Source material: Begin
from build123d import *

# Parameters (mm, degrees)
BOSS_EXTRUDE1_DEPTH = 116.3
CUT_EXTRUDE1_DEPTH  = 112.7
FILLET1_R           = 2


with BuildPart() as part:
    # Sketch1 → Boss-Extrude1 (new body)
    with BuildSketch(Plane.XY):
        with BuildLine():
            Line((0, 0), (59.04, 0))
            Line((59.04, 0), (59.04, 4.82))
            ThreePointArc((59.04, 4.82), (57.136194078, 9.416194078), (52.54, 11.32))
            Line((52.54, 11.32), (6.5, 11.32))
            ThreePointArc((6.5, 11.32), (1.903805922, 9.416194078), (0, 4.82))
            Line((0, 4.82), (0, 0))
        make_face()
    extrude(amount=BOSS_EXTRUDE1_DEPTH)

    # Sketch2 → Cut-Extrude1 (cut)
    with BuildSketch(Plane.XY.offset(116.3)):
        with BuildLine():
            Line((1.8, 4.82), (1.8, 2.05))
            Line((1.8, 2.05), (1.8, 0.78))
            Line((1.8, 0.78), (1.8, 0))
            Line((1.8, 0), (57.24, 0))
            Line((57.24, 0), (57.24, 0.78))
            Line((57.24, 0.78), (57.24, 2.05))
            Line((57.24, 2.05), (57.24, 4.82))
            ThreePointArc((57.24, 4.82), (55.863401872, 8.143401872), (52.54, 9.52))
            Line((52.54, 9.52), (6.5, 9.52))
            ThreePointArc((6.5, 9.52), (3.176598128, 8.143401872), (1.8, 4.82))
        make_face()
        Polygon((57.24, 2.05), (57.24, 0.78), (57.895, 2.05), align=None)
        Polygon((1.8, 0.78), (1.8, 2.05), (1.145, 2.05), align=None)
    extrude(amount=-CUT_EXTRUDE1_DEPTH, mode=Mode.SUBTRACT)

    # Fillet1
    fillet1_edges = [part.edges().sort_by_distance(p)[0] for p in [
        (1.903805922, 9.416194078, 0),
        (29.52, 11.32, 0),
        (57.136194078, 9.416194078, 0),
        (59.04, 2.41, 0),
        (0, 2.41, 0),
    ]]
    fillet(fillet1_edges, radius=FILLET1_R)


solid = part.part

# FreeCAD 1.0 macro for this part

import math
import FreeCAD as App
import Part
import Sketcher
from FreeCAD import Vector
Q = App.Units.Quantity


def edges_at(feature, points):
    """Names of the edges that pass closest to the given points."""
    edges = feature.Shape.Edges
    near = lambda p: min(range(len(edges)), key=lambda i: edges[i].distToShape(Part.Vertex(*p))[0])
    return sorted({f"Edge{near(p) + 1}" for p in points})

doc = App.newDocument("Part")
body = doc.addObject("PartDesign::Body", "Body")

sketch1 = doc.addObject("Sketcher::SketchObject", "Sketch")
body.addObject(sketch1)
sketch1.AttachmentSupport = (doc.XY_Plane, [""])
sketch1.MapMode = "FlatFace"
sketch1.addGeometry([
    Part.LineSegment(Vector(0, 0, 0), Vector(59.04, 0, 0)),
    Part.LineSegment(Vector(59.04, 0, 0), Vector(59.04, 4.82, 0)),
    Part.ArcOfCircle(Part.Circle(Vector(52.54, 4.82, 0), Vector(0, 0, 1), 6.5), math.radians(0), math.radians(90)),
    Part.LineSegment(Vector(52.54, 11.32, 0), Vector(6.5, 11.32, 0)),
    Part.ArcOfCircle(Part.Circle(Vector(6.5, 4.82, 0), Vector(0, 0, 1), 6.5), math.radians(90), math.radians(180)),
    Part.LineSegment(Vector(0, 4.82, 0), Vector(0, 0, 0)),
], False)
sketch1.addConstraint([
    Sketcher.Constraint("Coincident", 0, 2, 1, 1),
    Sketcher.Constraint("Tangent", 1, 2, 2, 1),
    Sketcher.Constraint("Tangent", 2, 2, 3, 1),
    Sketcher.Constraint("Tangent", 3, 2, 4, 1),
    Sketcher.Constraint("Tangent", 4, 2, 5, 1),
    Sketcher.Constraint("Coincident", 5, 2, 0, 1),
    Sketcher.Constraint("Horizontal", 0),
    Sketcher.Constraint("Vertical", 1),
    Sketcher.Constraint("Horizontal", 3),
    Sketcher.Constraint("Vertical", 5),
    Sketcher.Constraint("Coincident", 5, 2, -1, 1),
    Sketcher.Constraint("Equal", 2, 4),
    Sketcher.Constraint("Radius", 2, Q("6.5 mm")),
    Sketcher.Constraint("DistanceX", 0, 1, 0, 2, Q("59.04 mm")),
    Sketcher.Constraint("DistanceY", 1, 1, 1, 2, Q("4.82 mm")),
])
pad1 = doc.addObject("PartDesign::Pad", "Pad")
body.addObject(pad1)
pad1.Profile = sketch1
pad1.Length = 116.3

sketch2 = doc.addObject("Sketcher::SketchObject", "Sketch001")
body.addObject(sketch2)
sketch2.AttachmentSupport = (doc.XY_Plane, [""])
sketch2.MapMode = "FlatFace"
sketch2.AttachmentOffset = App.Placement(Vector(0, 0, 116.3), App.Rotation())
sketch2.addGeometry([
    Part.LineSegment(Vector(1.8, 4.82, 0), Vector(1.8, 2.05, 0)),
    Part.LineSegment(Vector(1.8, 2.05, 0), Vector(1.145, 2.05, 0)),
    Part.LineSegment(Vector(1.145, 2.05, 0), Vector(1.8, 0.78, 0)),
    Part.LineSegment(Vector(1.8, 0.78, 0), Vector(1.8, 0, 0)),
    Part.LineSegment(Vector(1.8, 0, 0), Vector(57.24, 0, 0)),
    Part.LineSegment(Vector(57.24, 0, 0), Vector(57.24, 0.78, 0)),
    Part.LineSegment(Vector(57.24, 0.78, 0), Vector(57.895, 2.05, 0)),
    Part.LineSegment(Vector(57.895, 2.05, 0), Vector(57.24, 2.05, 0)),
    Part.LineSegment(Vector(57.24, 2.05, 0), Vector(57.24, 4.82, 0)),
    Part.ArcOfCircle(Part.Circle(Vector(52.54, 4.82, 0), Vector(0, 0, 1), 4.7), math.radians(0), math.radians(90)),
    Part.LineSegment(Vector(52.54, 9.52, 0), Vector(6.5, 9.52, 0)),
    Part.ArcOfCircle(Part.Circle(Vector(6.5, 4.82, 0), Vector(0, 0, 1), 4.7), math.radians(90), math.radians(180)),
], False)
sketch2.addConstraint([
    Sketcher.Constraint("Coincident", 0, 2, 1, 1),
    Sketcher.Constraint("Coincident", 1, 2, 2, 1),
    Sketcher.Constraint("Coincident", 2, 2, 3, 1),
    Sketcher.Constraint("Coincident", 3, 2, 4, 1),
    Sketcher.Constraint("Coincident", 4, 2, 5, 1),
    Sketcher.Constraint("Coincident", 5, 2, 6, 1),
    Sketcher.Constraint("Coincident", 6, 2, 7, 1),
    Sketcher.Constraint("Coincident", 7, 2, 8, 1),
    Sketcher.Constraint("Tangent", 8, 2, 9, 1),
    Sketcher.Constraint("Tangent", 9, 2, 10, 1),
    Sketcher.Constraint("Tangent", 10, 2, 11, 1),
    Sketcher.Constraint("Tangent", 11, 2, 0, 1),
    Sketcher.Constraint("Vertical", 0),
    Sketcher.Constraint("Horizontal", 1),
    Sketcher.Constraint("Vertical", 3),
    Sketcher.Constraint("Horizontal", 4),
    Sketcher.Constraint("Vertical", 5),
    Sketcher.Constraint("Horizontal", 7),
    Sketcher.Constraint("Vertical", 8),
    Sketcher.Constraint("Horizontal", 10),
    Sketcher.Constraint("Equal", 9, 11),
    Sketcher.Constraint("PointOnObject", 3, 2, -1),
    Sketcher.Constraint("Horizontal", 2, 2, 5, 2),
    Sketcher.Constraint("Horizontal", 1, 2, 6, 2),
    Sketcher.Constraint("Vertical", 0, 2, 2, 2),
    Sketcher.Constraint("Vertical", 5, 2, 7, 2),
    Sketcher.Constraint("Equal", 1, 7),
    Sketcher.Constraint("Radius", 9, Q("4.7 mm")),
    Sketcher.Constraint("DistanceX", 4, 1, 4, 2, Q("55.44 mm")),
    Sketcher.Constraint("DistanceY", 0, 2, 0, 1, Q("2.77 mm")),
    Sketcher.Constraint("DistanceY", 3, 2, 3, 1, Q("0.78 mm")),
    Sketcher.Constraint("DistanceX", -1, 1, 11, 3, Q("6.5 mm")),
    Sketcher.Constraint("DistanceX", 1, 2, 1, 1, Q("0.655 mm")),
    Sketcher.Constraint("DistanceY", -1, 1, 9, 3, Q("4.82 mm")),
])
pocket1 = doc.addObject("PartDesign::Pocket", "Pocket")
body.addObject(pocket1)
pocket1.Profile = sketch2
pocket1.Length = 112.7
doc.recompute()

fillet = doc.addObject("PartDesign::Fillet", "Fillet")
body.addObject(fillet)
fillet.Base = (pocket1, edges_at(pocket1, [
    (1.904, 9.416, 0),
    (29.52, 11.32, 0),
    (57.136, 9.416, 0),
    (59.04, 2.41, 0),
    (0, 2.41, 0),
]))
fillet.Radius = 2

doc.recompute()
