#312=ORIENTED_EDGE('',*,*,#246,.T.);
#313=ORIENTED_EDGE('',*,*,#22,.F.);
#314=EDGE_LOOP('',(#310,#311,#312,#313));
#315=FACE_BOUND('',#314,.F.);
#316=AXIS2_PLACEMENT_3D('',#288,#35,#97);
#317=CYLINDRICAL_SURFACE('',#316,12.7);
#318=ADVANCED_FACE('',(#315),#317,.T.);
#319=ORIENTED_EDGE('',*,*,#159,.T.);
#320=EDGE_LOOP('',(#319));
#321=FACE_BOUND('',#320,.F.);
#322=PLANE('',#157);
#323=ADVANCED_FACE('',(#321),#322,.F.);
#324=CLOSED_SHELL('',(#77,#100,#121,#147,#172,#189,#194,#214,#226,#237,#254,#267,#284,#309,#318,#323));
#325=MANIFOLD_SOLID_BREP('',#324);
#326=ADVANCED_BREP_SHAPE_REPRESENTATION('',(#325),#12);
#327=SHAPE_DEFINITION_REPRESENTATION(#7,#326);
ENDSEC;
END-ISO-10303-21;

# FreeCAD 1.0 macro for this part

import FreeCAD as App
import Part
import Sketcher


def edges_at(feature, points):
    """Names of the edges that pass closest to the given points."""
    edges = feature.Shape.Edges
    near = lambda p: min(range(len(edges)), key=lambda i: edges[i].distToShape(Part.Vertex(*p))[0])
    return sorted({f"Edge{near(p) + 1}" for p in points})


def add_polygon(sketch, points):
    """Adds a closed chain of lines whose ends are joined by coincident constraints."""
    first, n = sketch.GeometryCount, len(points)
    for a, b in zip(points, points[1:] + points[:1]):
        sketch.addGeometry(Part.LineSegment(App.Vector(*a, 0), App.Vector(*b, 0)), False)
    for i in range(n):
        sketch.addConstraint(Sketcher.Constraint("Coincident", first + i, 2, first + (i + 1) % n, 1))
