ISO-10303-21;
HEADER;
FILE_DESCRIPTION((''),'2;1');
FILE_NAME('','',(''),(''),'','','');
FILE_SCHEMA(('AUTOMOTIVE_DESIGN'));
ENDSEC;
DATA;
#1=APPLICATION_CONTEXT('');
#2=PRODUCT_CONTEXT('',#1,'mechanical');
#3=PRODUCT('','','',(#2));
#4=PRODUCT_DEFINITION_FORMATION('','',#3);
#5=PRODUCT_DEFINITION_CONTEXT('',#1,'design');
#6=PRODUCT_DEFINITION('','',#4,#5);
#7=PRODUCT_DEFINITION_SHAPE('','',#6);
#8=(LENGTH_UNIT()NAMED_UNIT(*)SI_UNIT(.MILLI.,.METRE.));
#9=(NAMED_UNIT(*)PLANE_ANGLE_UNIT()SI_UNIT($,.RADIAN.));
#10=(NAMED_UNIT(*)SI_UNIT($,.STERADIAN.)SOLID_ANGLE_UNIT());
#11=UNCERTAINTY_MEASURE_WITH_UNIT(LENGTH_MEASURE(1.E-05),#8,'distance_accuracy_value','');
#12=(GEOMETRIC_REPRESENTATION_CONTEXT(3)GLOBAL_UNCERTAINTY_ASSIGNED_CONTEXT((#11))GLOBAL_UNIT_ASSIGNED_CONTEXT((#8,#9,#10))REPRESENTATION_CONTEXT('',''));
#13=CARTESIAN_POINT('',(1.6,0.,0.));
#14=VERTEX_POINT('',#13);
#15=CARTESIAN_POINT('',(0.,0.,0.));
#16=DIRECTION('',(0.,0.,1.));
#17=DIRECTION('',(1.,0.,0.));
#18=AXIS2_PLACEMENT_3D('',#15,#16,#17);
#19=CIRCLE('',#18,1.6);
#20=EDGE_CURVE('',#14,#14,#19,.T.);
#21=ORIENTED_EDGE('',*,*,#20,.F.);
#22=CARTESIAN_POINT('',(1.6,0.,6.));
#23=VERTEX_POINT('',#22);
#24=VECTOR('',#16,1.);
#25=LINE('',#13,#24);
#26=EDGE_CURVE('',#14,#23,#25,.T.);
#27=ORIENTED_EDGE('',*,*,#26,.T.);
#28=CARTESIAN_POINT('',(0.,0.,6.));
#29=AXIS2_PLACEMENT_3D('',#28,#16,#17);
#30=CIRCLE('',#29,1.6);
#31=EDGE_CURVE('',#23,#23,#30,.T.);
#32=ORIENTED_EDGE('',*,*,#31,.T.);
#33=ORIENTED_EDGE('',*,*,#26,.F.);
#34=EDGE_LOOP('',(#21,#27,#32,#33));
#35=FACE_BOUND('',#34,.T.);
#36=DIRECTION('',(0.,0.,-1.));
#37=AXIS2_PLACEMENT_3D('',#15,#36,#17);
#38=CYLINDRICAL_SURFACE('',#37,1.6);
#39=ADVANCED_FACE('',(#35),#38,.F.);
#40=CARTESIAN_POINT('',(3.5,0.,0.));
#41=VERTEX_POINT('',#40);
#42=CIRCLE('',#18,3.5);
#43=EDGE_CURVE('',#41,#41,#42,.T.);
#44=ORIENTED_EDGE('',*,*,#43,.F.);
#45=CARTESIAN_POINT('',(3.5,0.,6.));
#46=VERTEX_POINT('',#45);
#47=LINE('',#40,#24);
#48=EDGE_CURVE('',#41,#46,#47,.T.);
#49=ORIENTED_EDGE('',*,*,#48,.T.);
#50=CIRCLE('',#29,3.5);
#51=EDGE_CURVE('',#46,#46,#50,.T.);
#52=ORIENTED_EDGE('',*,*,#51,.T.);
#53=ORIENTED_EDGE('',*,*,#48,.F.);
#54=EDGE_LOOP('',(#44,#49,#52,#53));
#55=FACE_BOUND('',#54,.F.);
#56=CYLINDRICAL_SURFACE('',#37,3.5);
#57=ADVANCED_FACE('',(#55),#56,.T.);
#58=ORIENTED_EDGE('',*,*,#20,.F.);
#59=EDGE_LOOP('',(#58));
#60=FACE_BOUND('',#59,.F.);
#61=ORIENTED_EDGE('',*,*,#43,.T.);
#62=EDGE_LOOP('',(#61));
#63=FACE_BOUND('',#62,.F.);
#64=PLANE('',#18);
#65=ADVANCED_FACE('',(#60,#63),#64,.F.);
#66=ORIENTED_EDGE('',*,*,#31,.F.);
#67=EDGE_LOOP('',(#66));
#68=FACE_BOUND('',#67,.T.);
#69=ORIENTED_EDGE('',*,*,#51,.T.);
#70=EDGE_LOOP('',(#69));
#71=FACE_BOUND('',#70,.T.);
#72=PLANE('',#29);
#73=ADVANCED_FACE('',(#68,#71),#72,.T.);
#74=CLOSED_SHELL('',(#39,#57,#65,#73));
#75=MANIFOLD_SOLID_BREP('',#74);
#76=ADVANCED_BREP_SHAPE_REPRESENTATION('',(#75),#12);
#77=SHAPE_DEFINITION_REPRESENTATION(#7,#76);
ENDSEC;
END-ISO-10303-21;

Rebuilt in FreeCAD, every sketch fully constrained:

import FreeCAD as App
import Part
import Sketcher
from FreeCAD import Vector
Q = App.Units.Quantity

doc = App.newDocument("Part")
body = doc.addObject("PartDesign::Body", "Body")

# Sketch on XY plane
sketch1 = body.newObject("Sketcher::SketchObject", "Sketch")
sketch1.AttachmentSupport = (doc.getObject("XY_Plane"), [""])
sketch1.MapMode = "FlatFace"
sketch1.addGeometry(Part.Circle(Vector(0, 0, 0), Vector(0, 0, 1), 3.5), False)
sketch1.addGeometry(Part.Circle(Vector(0, 0, 0), Vector(0, 0, 1), 1.6), False)
sketch1.addConstraint(Sketcher.Constraint("Coincident", 0, 3, -1, 1))
sketch1.addConstraint(Sketcher.Constraint("Coincident", 1, 3, -1, 1))
sketch1.addConstraint(Sketcher.Constraint("Diameter", 0, Q("7 mm")))
sketch1.addConstraint(Sketcher.Constraint("Diameter", 1, Q("3.2 mm")))
pad1 = body.newObject("PartDesign::Pad", "Pad")
pad1.Profile = sketch1
pad1.Length = 6

doc.recompute()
Source material: End
• **Work item**: Find the line with "#17=DIRECTION('',(1.,0.,0.));" in the entries above. Retype it and each line after it, exactly, through the line with "#44=ORIENTED_EDGE('',*,*,#43,.F.);", and stop there.

• **Written response**:
#17=DIRECTION('',(1.,0.,0.));
#18=AXIS2_PLACEMENT_3D('',#15,#16,#17);
#19=CIRCLE('',#18,1.6);
#20=EDGE_CURVE('',#14,#14,#19,.T.);
#21=ORIENTED_EDGE('',*,*,#20,.F.);
#22=CARTESIAN_POINT('',(1.6,0.,6.));
#23=VERTEX_POINT('',#22);
#24=VECTOR('',#16,1.);
#25=LINE('',#13,#24);
#26=EDGE_CURVE('',#14,#23,#25,.T.);
#27=ORIENTED_EDGE('',*,*,#26,.T.);
#28=CARTESIAN_POINT('',(0.,0.,6.));
#29=AXIS2_PLACEMENT_3D('',#28,#16,#17);
#30=CIRCLE('',#29,1.6);
#31=EDGE_CURVE('',#23,#23,#30,.T.);
#32=ORIENTED_EDGE('',*,*,#31,.T.);
#33=ORIENTED_EDGE('',*,*,#26,.F.);
#34=EDGE_LOOP('',(#21,#27,#32,#33));
#35=FACE_BOUND('',#34,.T.);
#36=DIRECTION('',(0.,0.,-1.));
#37=AXIS2_PLACEMENT_3D('',#15,#36,#17);
#38=CYLINDRICAL_SURFACE('',#37,1.6);
#39=ADVANCED_FACE('',(#35),#38,.F.);
#40=CARTESIAN_POINT('',(3.5,0.,0.));
#41=VERTEX_POINT('',#40);
#42=CIRCLE('',#18,3.5);
#43=EDGE_CURVE('',#41,#41,#42,.T.);
#44=ORIENTED_EDGE('',*,*,#43,.F.);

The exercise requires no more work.